Data provided:
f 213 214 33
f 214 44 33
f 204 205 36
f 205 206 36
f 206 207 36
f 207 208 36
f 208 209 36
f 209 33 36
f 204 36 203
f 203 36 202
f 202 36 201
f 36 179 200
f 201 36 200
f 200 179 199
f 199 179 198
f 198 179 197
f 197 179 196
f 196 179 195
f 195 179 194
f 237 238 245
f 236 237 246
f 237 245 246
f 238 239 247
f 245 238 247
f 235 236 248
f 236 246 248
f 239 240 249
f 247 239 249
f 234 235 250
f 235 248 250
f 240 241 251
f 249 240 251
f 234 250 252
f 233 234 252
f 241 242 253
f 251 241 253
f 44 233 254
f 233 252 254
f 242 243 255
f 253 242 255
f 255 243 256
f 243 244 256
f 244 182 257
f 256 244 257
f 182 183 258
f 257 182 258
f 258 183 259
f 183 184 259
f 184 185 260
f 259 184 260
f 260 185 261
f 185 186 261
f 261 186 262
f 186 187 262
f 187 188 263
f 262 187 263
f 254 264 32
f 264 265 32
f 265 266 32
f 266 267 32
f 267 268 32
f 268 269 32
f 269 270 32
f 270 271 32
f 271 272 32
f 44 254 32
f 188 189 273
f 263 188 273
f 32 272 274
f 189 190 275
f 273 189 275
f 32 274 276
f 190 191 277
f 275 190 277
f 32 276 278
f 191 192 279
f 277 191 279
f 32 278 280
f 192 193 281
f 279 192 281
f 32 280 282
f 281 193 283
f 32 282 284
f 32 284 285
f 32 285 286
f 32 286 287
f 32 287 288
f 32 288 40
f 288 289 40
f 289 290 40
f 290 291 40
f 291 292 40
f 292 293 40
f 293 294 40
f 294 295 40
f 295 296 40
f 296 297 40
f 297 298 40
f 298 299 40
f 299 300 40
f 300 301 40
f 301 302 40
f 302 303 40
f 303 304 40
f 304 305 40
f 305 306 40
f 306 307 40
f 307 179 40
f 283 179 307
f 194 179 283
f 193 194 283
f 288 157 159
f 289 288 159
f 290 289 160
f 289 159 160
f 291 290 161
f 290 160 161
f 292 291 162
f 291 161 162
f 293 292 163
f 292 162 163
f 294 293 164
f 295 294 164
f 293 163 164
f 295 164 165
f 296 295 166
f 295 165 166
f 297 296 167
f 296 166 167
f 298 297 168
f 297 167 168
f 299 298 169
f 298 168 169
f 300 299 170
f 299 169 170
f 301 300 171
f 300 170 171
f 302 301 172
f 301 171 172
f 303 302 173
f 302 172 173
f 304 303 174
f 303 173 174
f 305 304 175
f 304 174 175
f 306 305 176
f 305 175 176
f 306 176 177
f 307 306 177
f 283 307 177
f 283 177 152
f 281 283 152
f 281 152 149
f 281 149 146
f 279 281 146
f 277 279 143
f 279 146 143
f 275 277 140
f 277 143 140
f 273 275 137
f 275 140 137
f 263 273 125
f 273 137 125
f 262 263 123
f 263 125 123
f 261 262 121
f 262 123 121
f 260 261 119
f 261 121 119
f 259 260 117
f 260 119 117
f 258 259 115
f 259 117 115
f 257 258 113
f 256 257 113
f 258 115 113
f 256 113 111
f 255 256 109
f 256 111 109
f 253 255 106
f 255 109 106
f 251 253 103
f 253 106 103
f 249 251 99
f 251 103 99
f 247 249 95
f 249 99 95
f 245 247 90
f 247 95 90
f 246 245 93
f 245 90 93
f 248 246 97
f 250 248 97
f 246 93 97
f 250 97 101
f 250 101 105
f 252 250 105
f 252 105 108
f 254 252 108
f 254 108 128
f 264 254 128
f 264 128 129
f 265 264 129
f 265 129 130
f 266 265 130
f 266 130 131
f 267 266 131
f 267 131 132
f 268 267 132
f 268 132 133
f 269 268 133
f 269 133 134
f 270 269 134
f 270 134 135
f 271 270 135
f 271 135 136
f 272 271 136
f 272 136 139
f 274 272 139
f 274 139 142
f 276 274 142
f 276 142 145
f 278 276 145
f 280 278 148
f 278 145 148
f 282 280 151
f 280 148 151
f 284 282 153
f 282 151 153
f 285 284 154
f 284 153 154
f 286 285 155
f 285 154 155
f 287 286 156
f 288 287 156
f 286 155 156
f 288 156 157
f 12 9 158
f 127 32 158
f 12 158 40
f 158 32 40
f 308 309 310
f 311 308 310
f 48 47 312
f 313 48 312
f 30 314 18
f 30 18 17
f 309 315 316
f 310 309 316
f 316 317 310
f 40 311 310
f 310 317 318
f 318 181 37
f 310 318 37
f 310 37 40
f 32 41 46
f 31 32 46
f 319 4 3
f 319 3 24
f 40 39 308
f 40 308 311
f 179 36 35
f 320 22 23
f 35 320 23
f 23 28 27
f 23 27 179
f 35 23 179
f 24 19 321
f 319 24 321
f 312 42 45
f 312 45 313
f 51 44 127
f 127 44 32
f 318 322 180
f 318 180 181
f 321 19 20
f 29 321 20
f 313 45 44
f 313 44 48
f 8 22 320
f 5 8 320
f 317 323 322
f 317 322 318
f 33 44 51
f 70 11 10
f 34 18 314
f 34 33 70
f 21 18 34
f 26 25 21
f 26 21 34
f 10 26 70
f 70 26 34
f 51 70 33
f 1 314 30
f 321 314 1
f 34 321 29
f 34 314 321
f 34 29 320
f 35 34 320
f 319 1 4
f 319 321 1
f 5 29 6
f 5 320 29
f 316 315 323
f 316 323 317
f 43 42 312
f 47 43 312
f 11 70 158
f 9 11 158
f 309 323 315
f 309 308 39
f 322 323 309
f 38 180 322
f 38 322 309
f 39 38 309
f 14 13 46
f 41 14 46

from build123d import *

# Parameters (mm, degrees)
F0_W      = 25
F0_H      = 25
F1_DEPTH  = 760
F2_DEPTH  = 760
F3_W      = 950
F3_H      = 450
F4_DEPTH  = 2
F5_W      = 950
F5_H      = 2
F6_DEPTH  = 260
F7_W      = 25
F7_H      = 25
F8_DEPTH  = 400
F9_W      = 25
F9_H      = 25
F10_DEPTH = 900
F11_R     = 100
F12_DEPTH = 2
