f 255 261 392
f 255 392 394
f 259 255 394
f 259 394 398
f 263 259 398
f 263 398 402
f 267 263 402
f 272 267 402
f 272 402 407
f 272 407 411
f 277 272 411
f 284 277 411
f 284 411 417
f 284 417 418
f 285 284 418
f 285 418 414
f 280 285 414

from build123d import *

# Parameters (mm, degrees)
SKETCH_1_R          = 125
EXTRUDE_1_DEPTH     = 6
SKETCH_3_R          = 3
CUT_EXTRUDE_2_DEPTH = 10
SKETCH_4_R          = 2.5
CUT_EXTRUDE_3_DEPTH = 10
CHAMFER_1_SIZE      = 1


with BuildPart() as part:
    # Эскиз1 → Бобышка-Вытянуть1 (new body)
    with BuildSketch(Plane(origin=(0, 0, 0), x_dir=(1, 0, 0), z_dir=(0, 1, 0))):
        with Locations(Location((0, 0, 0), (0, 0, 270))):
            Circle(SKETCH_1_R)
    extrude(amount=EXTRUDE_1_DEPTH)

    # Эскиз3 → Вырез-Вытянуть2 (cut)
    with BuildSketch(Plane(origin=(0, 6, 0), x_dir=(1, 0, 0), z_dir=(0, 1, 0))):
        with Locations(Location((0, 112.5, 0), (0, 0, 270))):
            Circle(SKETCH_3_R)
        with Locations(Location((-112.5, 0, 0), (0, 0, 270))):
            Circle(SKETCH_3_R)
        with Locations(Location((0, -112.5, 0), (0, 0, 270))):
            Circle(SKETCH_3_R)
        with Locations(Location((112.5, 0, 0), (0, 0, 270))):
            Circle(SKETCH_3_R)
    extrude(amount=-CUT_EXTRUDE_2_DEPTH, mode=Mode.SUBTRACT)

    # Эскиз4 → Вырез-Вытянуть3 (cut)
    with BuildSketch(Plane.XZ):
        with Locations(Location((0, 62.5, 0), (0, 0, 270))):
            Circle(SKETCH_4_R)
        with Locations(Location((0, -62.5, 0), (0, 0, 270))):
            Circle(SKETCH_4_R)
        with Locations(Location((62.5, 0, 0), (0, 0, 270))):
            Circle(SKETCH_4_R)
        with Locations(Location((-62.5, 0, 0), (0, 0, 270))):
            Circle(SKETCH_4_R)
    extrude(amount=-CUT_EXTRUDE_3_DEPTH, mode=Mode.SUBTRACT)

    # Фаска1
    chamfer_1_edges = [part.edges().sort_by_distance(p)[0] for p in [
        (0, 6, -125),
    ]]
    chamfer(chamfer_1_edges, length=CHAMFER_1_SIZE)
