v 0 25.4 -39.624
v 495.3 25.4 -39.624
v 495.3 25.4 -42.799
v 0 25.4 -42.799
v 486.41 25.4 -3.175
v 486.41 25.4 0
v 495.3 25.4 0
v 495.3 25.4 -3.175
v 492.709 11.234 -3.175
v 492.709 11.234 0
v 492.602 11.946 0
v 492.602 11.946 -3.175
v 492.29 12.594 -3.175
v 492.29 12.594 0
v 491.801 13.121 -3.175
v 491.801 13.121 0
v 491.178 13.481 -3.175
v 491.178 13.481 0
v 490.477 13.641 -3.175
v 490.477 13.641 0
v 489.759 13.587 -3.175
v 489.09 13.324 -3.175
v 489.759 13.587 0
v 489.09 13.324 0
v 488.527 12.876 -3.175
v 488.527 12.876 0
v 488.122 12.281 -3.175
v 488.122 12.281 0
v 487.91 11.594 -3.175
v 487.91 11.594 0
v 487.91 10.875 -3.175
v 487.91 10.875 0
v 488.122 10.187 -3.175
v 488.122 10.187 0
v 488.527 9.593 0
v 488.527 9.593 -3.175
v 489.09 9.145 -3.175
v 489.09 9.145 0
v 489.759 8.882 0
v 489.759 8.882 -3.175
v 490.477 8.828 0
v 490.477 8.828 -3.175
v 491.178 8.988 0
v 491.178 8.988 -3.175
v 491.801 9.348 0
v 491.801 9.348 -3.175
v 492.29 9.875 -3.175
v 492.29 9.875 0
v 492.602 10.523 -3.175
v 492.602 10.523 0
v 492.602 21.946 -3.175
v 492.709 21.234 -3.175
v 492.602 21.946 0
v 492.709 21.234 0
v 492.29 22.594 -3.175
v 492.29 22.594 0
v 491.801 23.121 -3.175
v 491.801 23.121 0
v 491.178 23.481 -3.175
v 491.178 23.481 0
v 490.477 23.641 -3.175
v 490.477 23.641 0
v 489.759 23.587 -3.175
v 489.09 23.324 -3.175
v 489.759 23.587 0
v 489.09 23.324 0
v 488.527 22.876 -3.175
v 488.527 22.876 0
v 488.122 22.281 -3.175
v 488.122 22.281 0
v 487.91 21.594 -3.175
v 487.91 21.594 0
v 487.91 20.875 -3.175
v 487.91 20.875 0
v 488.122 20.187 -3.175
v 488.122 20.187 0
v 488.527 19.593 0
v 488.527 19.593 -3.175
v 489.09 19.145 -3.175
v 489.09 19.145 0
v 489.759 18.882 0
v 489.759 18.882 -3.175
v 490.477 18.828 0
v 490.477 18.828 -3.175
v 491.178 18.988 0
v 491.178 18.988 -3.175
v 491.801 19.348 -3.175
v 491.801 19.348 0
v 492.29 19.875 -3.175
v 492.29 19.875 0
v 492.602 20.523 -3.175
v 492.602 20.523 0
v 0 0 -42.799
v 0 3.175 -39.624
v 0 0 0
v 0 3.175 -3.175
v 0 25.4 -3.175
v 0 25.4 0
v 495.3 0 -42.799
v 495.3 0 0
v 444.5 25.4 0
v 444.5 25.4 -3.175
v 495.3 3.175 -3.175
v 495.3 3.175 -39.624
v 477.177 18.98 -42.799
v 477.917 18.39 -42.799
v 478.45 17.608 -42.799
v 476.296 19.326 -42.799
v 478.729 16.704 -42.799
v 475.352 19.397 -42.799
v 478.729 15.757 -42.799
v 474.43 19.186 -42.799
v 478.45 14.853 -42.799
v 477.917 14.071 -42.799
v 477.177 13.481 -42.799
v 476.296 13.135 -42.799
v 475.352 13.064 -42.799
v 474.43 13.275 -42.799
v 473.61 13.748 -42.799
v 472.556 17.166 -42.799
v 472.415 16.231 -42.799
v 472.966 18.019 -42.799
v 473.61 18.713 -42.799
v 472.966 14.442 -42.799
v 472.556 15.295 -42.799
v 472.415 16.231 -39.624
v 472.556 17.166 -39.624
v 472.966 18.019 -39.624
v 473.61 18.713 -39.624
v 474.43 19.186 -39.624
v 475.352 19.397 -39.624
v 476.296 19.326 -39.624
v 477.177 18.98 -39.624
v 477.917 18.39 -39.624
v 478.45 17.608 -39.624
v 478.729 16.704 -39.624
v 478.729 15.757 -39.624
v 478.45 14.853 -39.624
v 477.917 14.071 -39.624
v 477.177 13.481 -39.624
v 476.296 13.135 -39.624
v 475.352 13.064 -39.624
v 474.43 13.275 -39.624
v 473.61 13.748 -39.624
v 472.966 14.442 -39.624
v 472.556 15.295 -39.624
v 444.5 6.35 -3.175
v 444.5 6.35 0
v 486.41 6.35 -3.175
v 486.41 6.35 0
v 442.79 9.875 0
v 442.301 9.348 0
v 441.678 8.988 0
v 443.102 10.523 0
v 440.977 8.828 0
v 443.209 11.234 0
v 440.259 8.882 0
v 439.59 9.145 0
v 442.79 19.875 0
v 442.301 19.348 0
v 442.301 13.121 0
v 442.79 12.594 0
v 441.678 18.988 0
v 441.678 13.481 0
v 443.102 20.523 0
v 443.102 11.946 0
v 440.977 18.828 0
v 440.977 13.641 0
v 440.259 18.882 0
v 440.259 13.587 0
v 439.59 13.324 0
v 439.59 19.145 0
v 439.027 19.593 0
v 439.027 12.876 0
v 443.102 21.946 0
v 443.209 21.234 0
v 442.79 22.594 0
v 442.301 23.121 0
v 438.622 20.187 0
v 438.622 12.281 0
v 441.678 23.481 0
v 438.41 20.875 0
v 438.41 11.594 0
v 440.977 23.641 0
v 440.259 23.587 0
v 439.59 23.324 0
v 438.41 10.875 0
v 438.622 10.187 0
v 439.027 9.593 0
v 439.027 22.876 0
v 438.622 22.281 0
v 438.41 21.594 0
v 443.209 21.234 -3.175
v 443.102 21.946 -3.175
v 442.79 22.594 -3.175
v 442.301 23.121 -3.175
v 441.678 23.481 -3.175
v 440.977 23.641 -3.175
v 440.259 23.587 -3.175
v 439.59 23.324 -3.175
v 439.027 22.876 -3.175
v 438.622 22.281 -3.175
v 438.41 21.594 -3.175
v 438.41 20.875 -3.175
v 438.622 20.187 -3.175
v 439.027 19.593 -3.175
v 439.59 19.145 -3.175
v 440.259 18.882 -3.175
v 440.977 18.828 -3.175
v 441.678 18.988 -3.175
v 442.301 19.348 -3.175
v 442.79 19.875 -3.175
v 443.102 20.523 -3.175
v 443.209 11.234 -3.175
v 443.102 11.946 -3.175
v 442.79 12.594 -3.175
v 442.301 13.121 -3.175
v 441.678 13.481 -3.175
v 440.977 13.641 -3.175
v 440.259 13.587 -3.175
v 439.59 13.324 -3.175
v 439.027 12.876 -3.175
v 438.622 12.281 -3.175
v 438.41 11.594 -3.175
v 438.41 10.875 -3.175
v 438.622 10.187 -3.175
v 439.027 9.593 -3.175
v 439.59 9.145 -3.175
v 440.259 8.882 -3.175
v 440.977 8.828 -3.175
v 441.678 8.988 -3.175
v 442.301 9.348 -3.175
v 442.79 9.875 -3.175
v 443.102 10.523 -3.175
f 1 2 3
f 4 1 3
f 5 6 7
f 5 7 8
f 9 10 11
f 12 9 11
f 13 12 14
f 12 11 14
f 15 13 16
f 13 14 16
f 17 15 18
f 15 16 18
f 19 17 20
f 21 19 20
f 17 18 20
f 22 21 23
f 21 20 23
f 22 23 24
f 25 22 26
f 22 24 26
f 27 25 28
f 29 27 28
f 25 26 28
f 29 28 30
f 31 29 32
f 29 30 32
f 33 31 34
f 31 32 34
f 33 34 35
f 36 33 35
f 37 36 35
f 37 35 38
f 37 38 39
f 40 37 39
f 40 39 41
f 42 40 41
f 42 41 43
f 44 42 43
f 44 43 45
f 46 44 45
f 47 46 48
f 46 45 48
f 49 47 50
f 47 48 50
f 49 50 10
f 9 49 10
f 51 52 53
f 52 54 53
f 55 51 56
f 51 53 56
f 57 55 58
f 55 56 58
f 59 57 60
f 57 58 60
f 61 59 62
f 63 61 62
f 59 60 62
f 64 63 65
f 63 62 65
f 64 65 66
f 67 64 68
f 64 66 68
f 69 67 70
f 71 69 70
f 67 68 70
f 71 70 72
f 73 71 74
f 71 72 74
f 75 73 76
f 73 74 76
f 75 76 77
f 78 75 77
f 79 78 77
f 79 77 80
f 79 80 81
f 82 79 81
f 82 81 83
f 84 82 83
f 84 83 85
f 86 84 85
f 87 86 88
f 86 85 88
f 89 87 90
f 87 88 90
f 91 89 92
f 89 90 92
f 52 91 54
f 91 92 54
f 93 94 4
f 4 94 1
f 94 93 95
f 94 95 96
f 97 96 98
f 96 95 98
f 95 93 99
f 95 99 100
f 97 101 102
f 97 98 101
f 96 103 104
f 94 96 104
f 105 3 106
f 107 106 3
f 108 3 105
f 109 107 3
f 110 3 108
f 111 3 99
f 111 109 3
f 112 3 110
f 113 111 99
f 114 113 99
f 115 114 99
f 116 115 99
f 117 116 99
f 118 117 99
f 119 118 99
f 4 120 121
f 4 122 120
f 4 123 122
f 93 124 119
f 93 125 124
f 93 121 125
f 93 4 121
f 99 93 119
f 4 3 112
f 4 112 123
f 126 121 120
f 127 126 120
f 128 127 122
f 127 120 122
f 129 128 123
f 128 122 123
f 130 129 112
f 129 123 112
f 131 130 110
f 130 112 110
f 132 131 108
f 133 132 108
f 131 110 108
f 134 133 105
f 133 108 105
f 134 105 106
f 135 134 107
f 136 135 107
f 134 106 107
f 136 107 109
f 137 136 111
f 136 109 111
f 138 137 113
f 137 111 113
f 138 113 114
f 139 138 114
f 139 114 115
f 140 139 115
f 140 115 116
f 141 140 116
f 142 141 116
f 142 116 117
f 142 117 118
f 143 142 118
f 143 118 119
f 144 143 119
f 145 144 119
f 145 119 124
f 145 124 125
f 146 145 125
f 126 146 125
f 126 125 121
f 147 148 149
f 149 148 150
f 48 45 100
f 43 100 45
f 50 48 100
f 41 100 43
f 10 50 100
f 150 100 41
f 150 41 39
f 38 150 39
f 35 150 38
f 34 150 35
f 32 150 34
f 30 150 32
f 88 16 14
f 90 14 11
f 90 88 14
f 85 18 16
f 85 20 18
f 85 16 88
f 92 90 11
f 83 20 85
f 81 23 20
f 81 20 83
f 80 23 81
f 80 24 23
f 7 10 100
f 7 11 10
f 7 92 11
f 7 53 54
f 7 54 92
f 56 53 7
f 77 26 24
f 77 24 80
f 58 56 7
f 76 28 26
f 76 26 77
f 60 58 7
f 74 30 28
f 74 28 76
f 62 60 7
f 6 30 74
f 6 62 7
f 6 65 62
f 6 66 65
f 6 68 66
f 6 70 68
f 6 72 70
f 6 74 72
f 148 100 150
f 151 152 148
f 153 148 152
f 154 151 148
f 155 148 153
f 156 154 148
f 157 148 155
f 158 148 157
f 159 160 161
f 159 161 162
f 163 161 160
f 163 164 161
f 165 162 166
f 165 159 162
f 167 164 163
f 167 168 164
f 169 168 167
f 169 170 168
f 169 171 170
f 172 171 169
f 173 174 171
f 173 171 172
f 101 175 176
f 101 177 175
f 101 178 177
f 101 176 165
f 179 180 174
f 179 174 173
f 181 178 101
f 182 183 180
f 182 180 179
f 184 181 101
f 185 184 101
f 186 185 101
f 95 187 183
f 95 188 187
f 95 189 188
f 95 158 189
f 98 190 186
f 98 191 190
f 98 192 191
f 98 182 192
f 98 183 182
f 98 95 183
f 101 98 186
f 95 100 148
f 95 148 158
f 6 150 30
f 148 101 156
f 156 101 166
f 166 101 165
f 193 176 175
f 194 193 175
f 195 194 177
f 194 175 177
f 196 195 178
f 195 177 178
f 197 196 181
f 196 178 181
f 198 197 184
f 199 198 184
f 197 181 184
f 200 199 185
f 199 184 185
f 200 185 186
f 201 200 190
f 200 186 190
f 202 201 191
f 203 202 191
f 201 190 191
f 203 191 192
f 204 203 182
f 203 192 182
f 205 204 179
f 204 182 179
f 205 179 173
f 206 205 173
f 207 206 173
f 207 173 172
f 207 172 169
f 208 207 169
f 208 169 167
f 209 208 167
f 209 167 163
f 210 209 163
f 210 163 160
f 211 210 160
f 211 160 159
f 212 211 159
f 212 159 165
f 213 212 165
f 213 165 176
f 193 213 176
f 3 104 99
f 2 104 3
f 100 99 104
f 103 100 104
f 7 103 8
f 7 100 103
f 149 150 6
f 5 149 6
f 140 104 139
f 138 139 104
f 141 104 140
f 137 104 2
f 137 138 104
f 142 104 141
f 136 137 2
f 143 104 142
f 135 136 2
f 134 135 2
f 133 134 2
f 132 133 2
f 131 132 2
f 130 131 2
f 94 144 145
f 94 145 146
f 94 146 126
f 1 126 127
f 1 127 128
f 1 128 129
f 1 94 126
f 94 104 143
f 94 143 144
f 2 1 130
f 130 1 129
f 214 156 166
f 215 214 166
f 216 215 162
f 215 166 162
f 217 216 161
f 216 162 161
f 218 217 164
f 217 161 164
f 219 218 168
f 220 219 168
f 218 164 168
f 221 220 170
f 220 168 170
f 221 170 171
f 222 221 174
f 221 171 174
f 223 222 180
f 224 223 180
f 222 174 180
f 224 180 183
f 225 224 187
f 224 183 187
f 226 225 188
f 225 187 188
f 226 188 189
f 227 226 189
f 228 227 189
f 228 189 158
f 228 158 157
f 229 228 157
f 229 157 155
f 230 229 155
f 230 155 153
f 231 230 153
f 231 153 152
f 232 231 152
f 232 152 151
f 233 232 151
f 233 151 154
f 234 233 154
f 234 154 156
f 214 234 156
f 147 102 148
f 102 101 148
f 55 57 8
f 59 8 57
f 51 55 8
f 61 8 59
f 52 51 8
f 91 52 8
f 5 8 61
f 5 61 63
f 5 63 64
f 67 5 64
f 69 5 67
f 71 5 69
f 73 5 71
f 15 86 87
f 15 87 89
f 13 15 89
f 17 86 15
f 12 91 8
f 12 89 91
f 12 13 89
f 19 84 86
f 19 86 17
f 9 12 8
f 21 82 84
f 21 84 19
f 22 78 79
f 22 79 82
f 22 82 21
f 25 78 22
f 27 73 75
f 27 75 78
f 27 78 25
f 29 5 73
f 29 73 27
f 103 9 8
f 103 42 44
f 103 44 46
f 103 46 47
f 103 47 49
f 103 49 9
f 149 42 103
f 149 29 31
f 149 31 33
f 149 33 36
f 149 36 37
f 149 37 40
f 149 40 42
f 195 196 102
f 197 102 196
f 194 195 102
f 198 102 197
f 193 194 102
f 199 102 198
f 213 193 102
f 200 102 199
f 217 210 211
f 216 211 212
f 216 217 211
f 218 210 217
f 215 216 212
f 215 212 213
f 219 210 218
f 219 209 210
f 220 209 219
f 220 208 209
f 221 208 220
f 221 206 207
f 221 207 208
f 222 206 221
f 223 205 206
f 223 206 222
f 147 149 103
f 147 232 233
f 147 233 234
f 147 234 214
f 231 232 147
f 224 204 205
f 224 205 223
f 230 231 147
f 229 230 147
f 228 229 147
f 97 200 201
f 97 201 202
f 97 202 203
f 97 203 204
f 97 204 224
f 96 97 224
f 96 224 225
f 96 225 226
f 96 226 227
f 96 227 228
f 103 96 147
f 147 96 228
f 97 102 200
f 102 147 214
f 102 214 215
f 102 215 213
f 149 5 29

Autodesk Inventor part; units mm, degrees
ref_plane "YZ Plane" through (0, 0, 0) normal (1, 0, 0) x (0, 1, 0)
ref_plane "XZ Plane" through (0, 0, 0) normal (0, 1, 0) x (-1, 0, 0)
ref_plane "XY Plane" through (0, 0, 0) normal (0, 0, 1) x (1, 0, 0)
sketch "Sketch1" plane through (0, 0, 0) normal (1, 0, 0) x (0, 1, 0)
  line L0 (0, 0) -> (25.4, 0)
  line L1 (25.4, 0) -> (25.4, -42.799)
  line L2 (25.4, -42.799) -> (0, -42.799)
  line L3 (0, -42.799) -> (0, 0)
  line L4 (25.4, -3.175) -> (3.175, -3.175)
  line L5 (3.175, -3.175) -> (3.175, -39.624)
  line L6 (3.175, -39.624) -> (25.4, -39.624)
  line L7 (25.4, -39.624) -> (25.4, -3.175)
  dimension "d0" = 25.4
  dimension "d1" = 42.799
  dimension "d2" = 22.225
  dimension "d3" = 36.449
  dimension "d4" = 3.175
extrude "Extrusion1" add sketch "Sketch1" along normal blind 495.3 contours L0 L1 L4 L5 L6 L2 L3
sketch "Sketch2" plane through (0, 0, 0) normal (0, 0, 1) x (1, 0, 0)
  line L0 (0, 25.4) -> (0, 0) projected
  line L1 (0, 0) -> (495.3, 0) projected
  line L2 (495.3, 25.4) -> (495.3, 0) projected
  line L3 (0, 25.4) -> (495.3, 25.4) projected
  line L4 (486.41, 25.4) -> (444.5, 25.4)
  line L5 (444.5, 25.4) -> (444.5, 6.35)
  line L6 (444.5, 6.35) -> (486.41, 6.35)
  line L7 (486.41, 6.35) -> (486.41, 25.4)
  circle A0 centre (490.2962, 21.2344) radius 2.413
  circle A1 centre (490.2962, 11.2344) radius 2.413
  circle A2 centre (440.7962, 21.2344) radius 2.413
  circle A3 centre (440.7962, 11.2344) radius 2.413
  dimension "d7" = 8.89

Work item:
In the records above, find the line containing "f 296 166 167" and restate word for word every line from the first through that one.

Final answer:
f 213 214 33
f 214 44 33
f 204 205 36
f 205 206 36
f 206 207 36
f 207 208 36
f 208 209 36
f 209 33 36
f 204 36 203
f 203 36 202
f 202 36 201
f 36 179 200
f 201 36 200
f 200 179 199
f 199 179 198
f 198 179 197
f 197 179 196
f 196 179 195
f 195 179 194
f 237 238 245
f 236 237 246
f 237 245 246
f 238 239 247
f 245 238 247
f 235 236 248
f 236 246 248
f 239 240 249
f 247 239 249
f 234 235 250
f 235 248 250
f 240 241 251
f 249 240 251
f 234 250 252
f 233 234 252
f 241 242 253
f 251 241 253
f 44 233 254
f 233 252 254
f 242 243 255
f 253 242 255
f 255 243 256
f 243 244 256
f 244 182 257
f 256 244 257
f 182 183 258
f 257 182 258
f 258 183 259
f 183 184 259
f 184 185 260
f 259 184 260
f 260 185 261
f 185 186 261
f 261 186 262
f 186 187 262
f 187 188 263
f 262 187 263
f 254 264 32
f 264 265 32
f 265 266 32
f 266 267 32
f 267 268 32
f 268 269 32
f 269 270 32
f 270 271 32
f 271 272 32
f 44 254 32
f 188 189 273
f 263 188 273
f 32 272 274
f 189 190 275
f 273 189 275
f 32 274 276
f 190 191 277
f 275 190 277
f 32 276 278
f 191 192 279
f 277 191 279
f 32 278 280
f 192 193 281
f 279 192 281
f 32 280 282
f 281 193 283
f 32 282 284
f 32 284 285
f 32 285 286
f 32 286 287
f 32 287 288
f 32 288 40
f 288 289 40
f 289 290 40
f 290 291 40
f 291 292 40
f 292 293 40
f 293 294 40
f 294 295 40
f 295 296 40
f 296 297 40
f 297 298 40
f 298 299 40
f 299 300 40
f 300 301 40
f 301 302 40
f 302 303 40
f 303 304 40
f 304 305 40
f 305 306 40
f 306 307 40
f 307 179 40
f 283 179 307
f 194 179 283
f 193 194 283
f 288 157 159
f 289 288 159
f 290 289 160
f 289 159 160
f 291 290 161
f 290 160 161
f 292 291 162
f 291 161 162
f 293 292 163
f 292 162 163
f 294 293 164
f 295 294 164
f 293 163 164
f 295 164 165
f 296 295 166
f 295 165 166
f 297 296 167
f 296 166 167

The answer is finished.